Task goal:
In the entries below, count every line with the string "Rectangle". State the count and nothing else.

Records for this task:

════════════════

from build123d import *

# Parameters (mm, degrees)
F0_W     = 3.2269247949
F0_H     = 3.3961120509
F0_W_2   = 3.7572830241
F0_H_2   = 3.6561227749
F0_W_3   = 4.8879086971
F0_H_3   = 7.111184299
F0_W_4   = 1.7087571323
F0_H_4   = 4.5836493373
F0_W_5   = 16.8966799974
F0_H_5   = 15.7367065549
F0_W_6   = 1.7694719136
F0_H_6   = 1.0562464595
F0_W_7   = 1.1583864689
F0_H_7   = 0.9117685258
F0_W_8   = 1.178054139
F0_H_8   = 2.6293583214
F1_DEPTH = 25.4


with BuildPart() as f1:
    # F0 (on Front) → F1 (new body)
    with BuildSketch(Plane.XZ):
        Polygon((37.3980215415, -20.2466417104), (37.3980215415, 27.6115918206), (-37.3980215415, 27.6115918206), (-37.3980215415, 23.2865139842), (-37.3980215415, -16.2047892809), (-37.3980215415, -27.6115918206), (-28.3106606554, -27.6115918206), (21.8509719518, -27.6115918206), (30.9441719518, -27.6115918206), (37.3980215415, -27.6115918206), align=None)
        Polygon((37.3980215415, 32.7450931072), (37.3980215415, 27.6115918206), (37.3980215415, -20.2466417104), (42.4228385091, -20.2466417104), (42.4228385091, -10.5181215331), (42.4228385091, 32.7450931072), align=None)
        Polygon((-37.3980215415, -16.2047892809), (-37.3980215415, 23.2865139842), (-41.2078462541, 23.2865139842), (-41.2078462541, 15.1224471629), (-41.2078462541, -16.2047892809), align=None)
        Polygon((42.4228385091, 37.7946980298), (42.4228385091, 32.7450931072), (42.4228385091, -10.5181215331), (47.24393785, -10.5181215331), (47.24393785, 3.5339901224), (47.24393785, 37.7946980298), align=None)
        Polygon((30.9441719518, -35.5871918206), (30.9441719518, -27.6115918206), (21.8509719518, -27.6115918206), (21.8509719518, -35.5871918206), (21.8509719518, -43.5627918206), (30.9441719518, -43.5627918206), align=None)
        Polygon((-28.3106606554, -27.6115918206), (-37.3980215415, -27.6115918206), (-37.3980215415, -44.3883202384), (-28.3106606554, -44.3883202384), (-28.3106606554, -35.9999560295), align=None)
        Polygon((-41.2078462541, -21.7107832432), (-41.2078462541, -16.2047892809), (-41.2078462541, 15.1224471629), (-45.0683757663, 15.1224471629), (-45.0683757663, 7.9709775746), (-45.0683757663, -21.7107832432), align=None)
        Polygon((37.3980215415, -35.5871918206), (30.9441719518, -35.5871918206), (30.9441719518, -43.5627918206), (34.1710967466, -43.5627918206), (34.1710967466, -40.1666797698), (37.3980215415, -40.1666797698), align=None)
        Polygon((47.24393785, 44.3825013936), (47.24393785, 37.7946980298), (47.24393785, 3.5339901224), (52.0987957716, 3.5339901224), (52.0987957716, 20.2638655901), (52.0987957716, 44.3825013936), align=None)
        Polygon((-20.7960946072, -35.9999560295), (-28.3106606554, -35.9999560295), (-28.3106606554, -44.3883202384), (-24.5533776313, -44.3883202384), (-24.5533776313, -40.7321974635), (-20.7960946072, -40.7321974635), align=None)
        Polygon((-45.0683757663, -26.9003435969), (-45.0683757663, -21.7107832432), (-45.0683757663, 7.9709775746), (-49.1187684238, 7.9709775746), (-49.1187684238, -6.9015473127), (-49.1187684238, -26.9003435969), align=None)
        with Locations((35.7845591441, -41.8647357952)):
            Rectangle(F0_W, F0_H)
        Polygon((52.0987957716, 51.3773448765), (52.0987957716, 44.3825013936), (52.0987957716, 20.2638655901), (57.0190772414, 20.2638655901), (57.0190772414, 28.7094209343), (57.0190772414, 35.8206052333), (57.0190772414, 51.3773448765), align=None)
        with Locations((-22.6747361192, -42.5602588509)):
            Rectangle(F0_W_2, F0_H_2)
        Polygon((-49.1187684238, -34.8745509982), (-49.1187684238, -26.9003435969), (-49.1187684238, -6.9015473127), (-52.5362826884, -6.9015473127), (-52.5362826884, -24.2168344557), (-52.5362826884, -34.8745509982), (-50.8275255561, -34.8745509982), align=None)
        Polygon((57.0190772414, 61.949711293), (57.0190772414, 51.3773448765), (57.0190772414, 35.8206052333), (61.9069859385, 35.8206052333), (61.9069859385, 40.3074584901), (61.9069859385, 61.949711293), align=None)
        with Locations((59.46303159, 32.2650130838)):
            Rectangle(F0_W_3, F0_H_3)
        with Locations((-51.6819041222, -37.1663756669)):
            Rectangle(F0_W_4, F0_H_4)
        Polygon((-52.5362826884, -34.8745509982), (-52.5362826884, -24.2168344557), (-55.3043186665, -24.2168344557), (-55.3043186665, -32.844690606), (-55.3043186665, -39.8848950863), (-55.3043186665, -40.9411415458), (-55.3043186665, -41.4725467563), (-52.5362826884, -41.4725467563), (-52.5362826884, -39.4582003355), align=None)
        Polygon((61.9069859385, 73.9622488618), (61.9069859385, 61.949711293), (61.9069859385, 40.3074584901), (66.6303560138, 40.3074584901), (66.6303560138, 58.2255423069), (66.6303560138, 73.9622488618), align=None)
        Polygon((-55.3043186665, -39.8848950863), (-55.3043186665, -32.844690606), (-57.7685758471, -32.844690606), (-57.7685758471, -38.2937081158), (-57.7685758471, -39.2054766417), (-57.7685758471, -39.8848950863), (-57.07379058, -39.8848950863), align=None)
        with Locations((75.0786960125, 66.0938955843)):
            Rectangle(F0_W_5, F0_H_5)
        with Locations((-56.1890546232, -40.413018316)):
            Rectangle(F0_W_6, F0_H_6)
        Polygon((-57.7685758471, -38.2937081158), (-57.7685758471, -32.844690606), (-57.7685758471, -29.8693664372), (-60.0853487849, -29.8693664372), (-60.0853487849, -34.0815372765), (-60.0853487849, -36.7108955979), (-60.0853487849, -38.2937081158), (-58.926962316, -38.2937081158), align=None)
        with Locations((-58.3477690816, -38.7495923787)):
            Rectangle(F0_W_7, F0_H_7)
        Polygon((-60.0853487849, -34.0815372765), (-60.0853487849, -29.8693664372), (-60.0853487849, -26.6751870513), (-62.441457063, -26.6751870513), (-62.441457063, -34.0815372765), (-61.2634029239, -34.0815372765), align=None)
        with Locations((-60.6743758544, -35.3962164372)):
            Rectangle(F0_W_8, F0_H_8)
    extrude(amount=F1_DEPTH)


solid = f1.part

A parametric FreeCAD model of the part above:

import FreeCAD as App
import Part
import Sketcher
from FreeCAD import Vector
Q = App.Units.Quantity


def add_polygon(sketch, points):
    """Adds a closed chain of lines whose ends are joined by coincident constraints."""
    first, n = sketch.GeometryCount, len(points)
    for a, b in zip(points, points[1:] + points[:1]):
        sketch.addGeometry(Part.LineSegment(App.Vector(*a, 0), App.Vector(*b, 0)), False)
    for i in range(n):
        sketch.addConstraint(Sketcher.Constraint("Coincident", first + i, 2, first + (i + 1) % n, 1))

doc = App.newDocument("Part")
body = doc.addObject("PartDesign::Body", "Body")

# Sketch on XZ plane
sketch1 = doc.addObject("Sketcher::SketchObject", "Sketch")
body.addObject(sketch1)
sketch1.AttachmentSupport = (doc.XZ_Plane, [""])
sketch1.MapMode = "FlatFace"
add_polygon(sketch1, [(37.4, 27.6), (-37.4, 27.6), (-37.4, 23.3), (-41.2, 23.3), (-41.2, 15.1), (-45.1, 15.1), (-45.1, 8), (-49.1, 8), (-49.1, -6.9), (-52.5, -6.9), (-52.5, -24.2), (-55.3, -24.2), (-55.3, -32.8), (-57.8, -32.8), (-57.8, -29.9), (-60.1, -29.9), (-60.1, -26.7), (-62.4, -26.7), (-62.4, -34.1), (-61.3, -34.1), (-61.3, -36.7), (-60.1, -36.7), (-60.1, -38.3), (-58.9, -38.3), (-58.9, -39.2), (-57.8, -39.2), (-57.8, -39.9), (-57.1, -39.9), (-57.1, -40.9), (-55.3, -40.9), (-55.3, -41.5), (-52.5, -41.5), (-52.5, -39.5), (-50.8, -39.5), (-50.8, -34.9), (-49.1, -34.9), (-49.1, -26.9), (-45.1, -26.9), (-45.1, -21.7), (-41.2, -21.7), (-41.2, -16.2), (-37.4, -16.2), (-37.4, -44.4), (-24.6, -44.4), (-20.8, -44.4), (-20.8, -40.7), (-20.8, -36), (-28.3, -36), (-28.3, -27.6), (21.9, -27.6), (21.9, -43.6), (34.2, -43.6), (37.4, -43.6), (37.4, -40.2), (37.4, -35.6), (30.9, -35.6), (30.9, -27.6), (37.4, -27.6), (37.4, -20.2), (42.4, -20.2), (42.4, -10.5), (47.2, -10.5), (47.2, 3.5), (52.1, 3.5), (52.1, 20.3), (57, 20.3), (57, 28.7), (61.9, 28.7), (61.9, 35.8), (61.9, 40.3), (66.6, 40.3), (66.6, 58.2), (83.5, 58.2), (83.5, 74), (66.6, 74), (61.9, 74), (61.9, 61.9), (57, 61.9), (57, 51.4), (52.1, 51.4), (52.1, 44.4), (47.2, 44.4), (47.2, 37.8), (42.4, 37.8), (42.4, 32.7), (37.4, 32.7)])  # lines 0-85
sketch1.addConstraint([
    Sketcher.Constraint("Horizontal", 0),
    Sketcher.Constraint("Vertical", 1),
    Sketcher.Constraint("Horizontal", 2),
    Sketcher.Constraint("Vertical", 3),
    Sketcher.Constraint("Horizontal", 4),
    Sketcher.Constraint("Vertical", 5),
    Sketcher.Constraint("Horizontal", 6),
    Sketcher.Constraint("Vertical", 7),
    Sketcher.Constraint("Horizontal", 8),
    Sketcher.Constraint("Vertical", 9),
    Sketcher.Constraint("Horizontal", 10),
    Sketcher.Constraint("Vertical", 11),
    Sketcher.Constraint("Horizontal", 12),
    Sketcher.Constraint("Vertical", 13),
    Sketcher.Constraint("Horizontal", 14),
    Sketcher.Constraint("Vertical", 15),
    Sketcher.Constraint("Horizontal", 16),
    Sketcher.Constraint("Vertical", 17),
    Sketcher.Constraint("Horizontal", 18),
    Sketcher.Constraint("Vertical", 19),
    Sketcher.Constraint("Horizontal", 20),
    Sketcher.Constraint("Vertical", 21),
    Sketcher.Constraint("Horizontal", 22),
    Sketcher.Constraint("Vertical", 23),
    Sketcher.Constraint("Horizontal", 24),
    Sketcher.Constraint("Vertical", 25),
    Sketcher.Constraint("Horizontal", 26),
    Sketcher.Constraint("Vertical", 27),
    Sketcher.Constraint("Horizontal", 28),
    Sketcher.Constraint("Vertical", 29),
    Sketcher.Constraint("Horizontal", 30),
    Sketcher.Constraint("Vertical", 31),
    Sketcher.Constraint("Horizontal", 32),
    Sketcher.Constraint("Vertical", 33),
    Sketcher.Constraint("Horizontal", 34),
    Sketcher.Constraint("Vertical", 35),
    Sketcher.Constraint("Horizontal", 36),
    Sketcher.Constraint("Vertical", 37),
    Sketcher.Constraint("Horizontal", 38),
    Sketcher.Constraint("Vertical", 39),
    Sketcher.Constraint("Horizontal", 40),
    Sketcher.Constraint("Vertical", 41),
    Sketcher.Constraint("Horizontal", 42),
    Sketcher.Constraint("Horizontal", 43),
    Sketcher.Constraint("Vertical", 44),
    Sketcher.Constraint("Vertical", 45),
    Sketcher.Constraint("Horizontal", 46),
    Sketcher.Constraint("Vertical", 47),
    Sketcher.Constraint("Horizontal", 48),
    Sketcher.Constraint("Vertical", 49),
    Sketcher.Constraint("Horizontal", 50),
    Sketcher.Constraint("Horizontal", 51),
    Sketcher.Constraint("Vertical", 52),
    Sketcher.Constraint("Vertical", 53),
    Sketcher.Constraint("Horizontal", 54),
    Sketcher.Constraint("Vertical", 55),
    Sketcher.Constraint("Horizontal", 56),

════════════════

Response to the task:
8